Basic Token Validation

Validate a token and return its claims if valid.

Endpoint: GET /authmgr/validate

Authorization: Bearer Token

Response

Success (200):

{
  "client_id": "string",
  "message": "string",
  "project_id": "string",
  "purpose": "string",
  "resources": null,
  "roles": null,
  "scopes": null,
  "service": "string",
  "tenant_id": "string"
}

Error Responses:

  • 401 - Unauthorized - invalid or missing token

Validate Scope

Validate that the token has a specific scope requirement (e.g., 'read' scope).

Endpoint: GET /authmgr/validate/scope

Authorization: Bearer Token

Description

This endpoint demonstrates scope validation.

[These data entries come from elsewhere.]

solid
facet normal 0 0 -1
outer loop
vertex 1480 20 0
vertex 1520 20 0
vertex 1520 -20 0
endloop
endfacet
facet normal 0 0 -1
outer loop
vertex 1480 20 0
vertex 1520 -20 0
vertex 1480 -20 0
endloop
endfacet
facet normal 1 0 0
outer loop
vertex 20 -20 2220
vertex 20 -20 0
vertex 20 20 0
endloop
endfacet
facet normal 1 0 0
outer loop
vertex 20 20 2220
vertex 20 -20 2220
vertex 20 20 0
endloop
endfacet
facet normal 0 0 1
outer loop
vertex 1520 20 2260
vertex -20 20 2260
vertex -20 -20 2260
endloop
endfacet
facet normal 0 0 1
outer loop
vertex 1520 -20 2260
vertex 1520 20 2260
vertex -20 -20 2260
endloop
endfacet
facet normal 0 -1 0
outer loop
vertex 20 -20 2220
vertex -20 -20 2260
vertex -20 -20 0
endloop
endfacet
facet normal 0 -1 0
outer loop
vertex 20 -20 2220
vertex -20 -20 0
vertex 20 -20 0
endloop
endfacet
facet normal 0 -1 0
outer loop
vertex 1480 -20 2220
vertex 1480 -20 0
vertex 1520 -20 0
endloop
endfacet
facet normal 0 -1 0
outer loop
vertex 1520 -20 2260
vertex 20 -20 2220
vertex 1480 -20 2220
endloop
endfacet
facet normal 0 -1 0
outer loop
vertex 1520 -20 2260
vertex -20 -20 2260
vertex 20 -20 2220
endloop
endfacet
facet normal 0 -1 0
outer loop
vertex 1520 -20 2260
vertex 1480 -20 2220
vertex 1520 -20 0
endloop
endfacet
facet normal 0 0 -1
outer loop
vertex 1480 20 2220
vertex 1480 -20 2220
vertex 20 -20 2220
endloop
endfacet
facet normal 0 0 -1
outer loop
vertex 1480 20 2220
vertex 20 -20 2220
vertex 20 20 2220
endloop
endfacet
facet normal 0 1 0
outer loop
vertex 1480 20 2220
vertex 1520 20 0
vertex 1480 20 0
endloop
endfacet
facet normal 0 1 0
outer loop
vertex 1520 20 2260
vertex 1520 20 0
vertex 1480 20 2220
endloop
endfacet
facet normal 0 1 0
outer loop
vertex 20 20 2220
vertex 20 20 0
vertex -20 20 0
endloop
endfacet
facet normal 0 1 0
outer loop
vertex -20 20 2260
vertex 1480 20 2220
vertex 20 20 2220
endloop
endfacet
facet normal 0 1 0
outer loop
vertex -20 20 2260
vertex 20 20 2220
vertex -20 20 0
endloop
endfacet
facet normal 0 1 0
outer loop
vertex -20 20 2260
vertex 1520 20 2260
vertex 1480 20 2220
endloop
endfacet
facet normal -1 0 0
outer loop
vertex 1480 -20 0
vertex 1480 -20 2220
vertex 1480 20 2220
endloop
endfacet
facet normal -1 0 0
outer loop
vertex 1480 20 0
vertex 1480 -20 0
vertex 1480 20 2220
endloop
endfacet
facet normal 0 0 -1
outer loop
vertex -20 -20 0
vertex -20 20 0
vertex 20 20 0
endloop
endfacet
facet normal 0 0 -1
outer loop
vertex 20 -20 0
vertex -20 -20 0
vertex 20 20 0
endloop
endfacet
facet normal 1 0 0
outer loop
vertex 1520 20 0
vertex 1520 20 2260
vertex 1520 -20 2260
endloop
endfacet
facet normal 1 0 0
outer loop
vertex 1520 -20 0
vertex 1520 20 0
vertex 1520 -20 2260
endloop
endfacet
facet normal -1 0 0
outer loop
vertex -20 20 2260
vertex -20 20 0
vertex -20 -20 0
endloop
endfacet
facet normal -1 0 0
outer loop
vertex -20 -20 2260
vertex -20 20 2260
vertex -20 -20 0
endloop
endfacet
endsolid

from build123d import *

# Parameters (mm, degrees)
F0_W = 40
F0_H = 40


with BuildPart() as f2:
    # F2: sweep along a path in F1
    with BuildLine(Plane.XZ) as f2_path:
        Line((0, 0), (0, 2240))
        Line((0, 2240), (1500, 2240))
        Line((1500, 2240), (1500, 0))
    # F0 (on Top) → F2 (sweep)
    with BuildSketch(Plane.XY):
        Rectangle(F0_W, F0_H)
    sweep(path=f2_path.line, transition=Transition.RIGHT)


solid = f2.part
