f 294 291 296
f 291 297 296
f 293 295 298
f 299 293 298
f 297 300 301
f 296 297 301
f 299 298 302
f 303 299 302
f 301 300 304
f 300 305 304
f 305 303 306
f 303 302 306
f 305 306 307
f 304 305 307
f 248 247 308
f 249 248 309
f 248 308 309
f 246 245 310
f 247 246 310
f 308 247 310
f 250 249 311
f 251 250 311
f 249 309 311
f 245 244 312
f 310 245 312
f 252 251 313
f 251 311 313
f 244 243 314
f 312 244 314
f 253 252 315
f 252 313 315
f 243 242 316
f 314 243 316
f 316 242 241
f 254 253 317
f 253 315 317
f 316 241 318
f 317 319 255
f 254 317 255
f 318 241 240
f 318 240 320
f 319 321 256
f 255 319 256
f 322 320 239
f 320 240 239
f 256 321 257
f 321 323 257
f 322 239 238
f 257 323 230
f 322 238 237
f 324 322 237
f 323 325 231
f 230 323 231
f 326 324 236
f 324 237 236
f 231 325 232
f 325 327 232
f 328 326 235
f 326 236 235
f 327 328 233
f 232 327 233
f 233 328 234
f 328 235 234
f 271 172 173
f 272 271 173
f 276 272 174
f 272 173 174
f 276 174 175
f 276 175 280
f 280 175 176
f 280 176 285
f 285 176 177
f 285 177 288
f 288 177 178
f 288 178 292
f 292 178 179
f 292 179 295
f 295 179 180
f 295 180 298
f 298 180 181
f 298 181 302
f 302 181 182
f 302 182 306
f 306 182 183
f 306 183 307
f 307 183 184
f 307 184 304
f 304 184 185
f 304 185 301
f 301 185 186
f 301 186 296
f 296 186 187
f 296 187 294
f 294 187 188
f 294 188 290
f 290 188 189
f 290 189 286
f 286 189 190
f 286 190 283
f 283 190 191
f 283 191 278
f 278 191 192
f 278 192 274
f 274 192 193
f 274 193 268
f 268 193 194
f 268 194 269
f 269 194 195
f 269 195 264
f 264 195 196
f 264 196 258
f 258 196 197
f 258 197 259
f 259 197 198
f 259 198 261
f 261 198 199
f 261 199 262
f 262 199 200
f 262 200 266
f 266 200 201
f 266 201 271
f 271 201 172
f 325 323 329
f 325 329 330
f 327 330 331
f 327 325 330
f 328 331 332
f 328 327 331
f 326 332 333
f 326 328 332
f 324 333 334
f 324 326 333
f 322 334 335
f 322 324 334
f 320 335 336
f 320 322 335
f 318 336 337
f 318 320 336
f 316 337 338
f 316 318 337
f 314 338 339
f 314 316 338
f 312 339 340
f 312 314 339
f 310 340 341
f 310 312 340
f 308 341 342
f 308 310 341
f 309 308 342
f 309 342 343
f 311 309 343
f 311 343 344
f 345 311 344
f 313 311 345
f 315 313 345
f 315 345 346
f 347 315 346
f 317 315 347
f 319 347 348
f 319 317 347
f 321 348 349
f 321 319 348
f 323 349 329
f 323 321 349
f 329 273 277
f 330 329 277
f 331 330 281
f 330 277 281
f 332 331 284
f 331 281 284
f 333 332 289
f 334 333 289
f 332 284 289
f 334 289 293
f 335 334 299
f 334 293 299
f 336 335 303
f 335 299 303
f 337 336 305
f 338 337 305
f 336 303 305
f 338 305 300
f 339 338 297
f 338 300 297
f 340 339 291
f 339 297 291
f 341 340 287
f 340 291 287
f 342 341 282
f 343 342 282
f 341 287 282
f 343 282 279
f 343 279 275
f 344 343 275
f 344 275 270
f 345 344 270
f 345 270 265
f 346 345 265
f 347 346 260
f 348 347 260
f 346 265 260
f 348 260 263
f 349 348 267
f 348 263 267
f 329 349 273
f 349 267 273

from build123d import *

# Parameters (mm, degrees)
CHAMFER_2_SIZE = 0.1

For example, it may require 'read' scope to access the endpoint.

Response

Success (200):

{
  "message": "string",
  "required_scope": "string",
  "user_scopes": null
}

Error Responses:

  • 401 - Unauthorized - invalid or missing token
  • 403 - Forbidden - insufficient scope

Validate Resource

Validate that the token has access to a specific resource (e.g., 'api' resource).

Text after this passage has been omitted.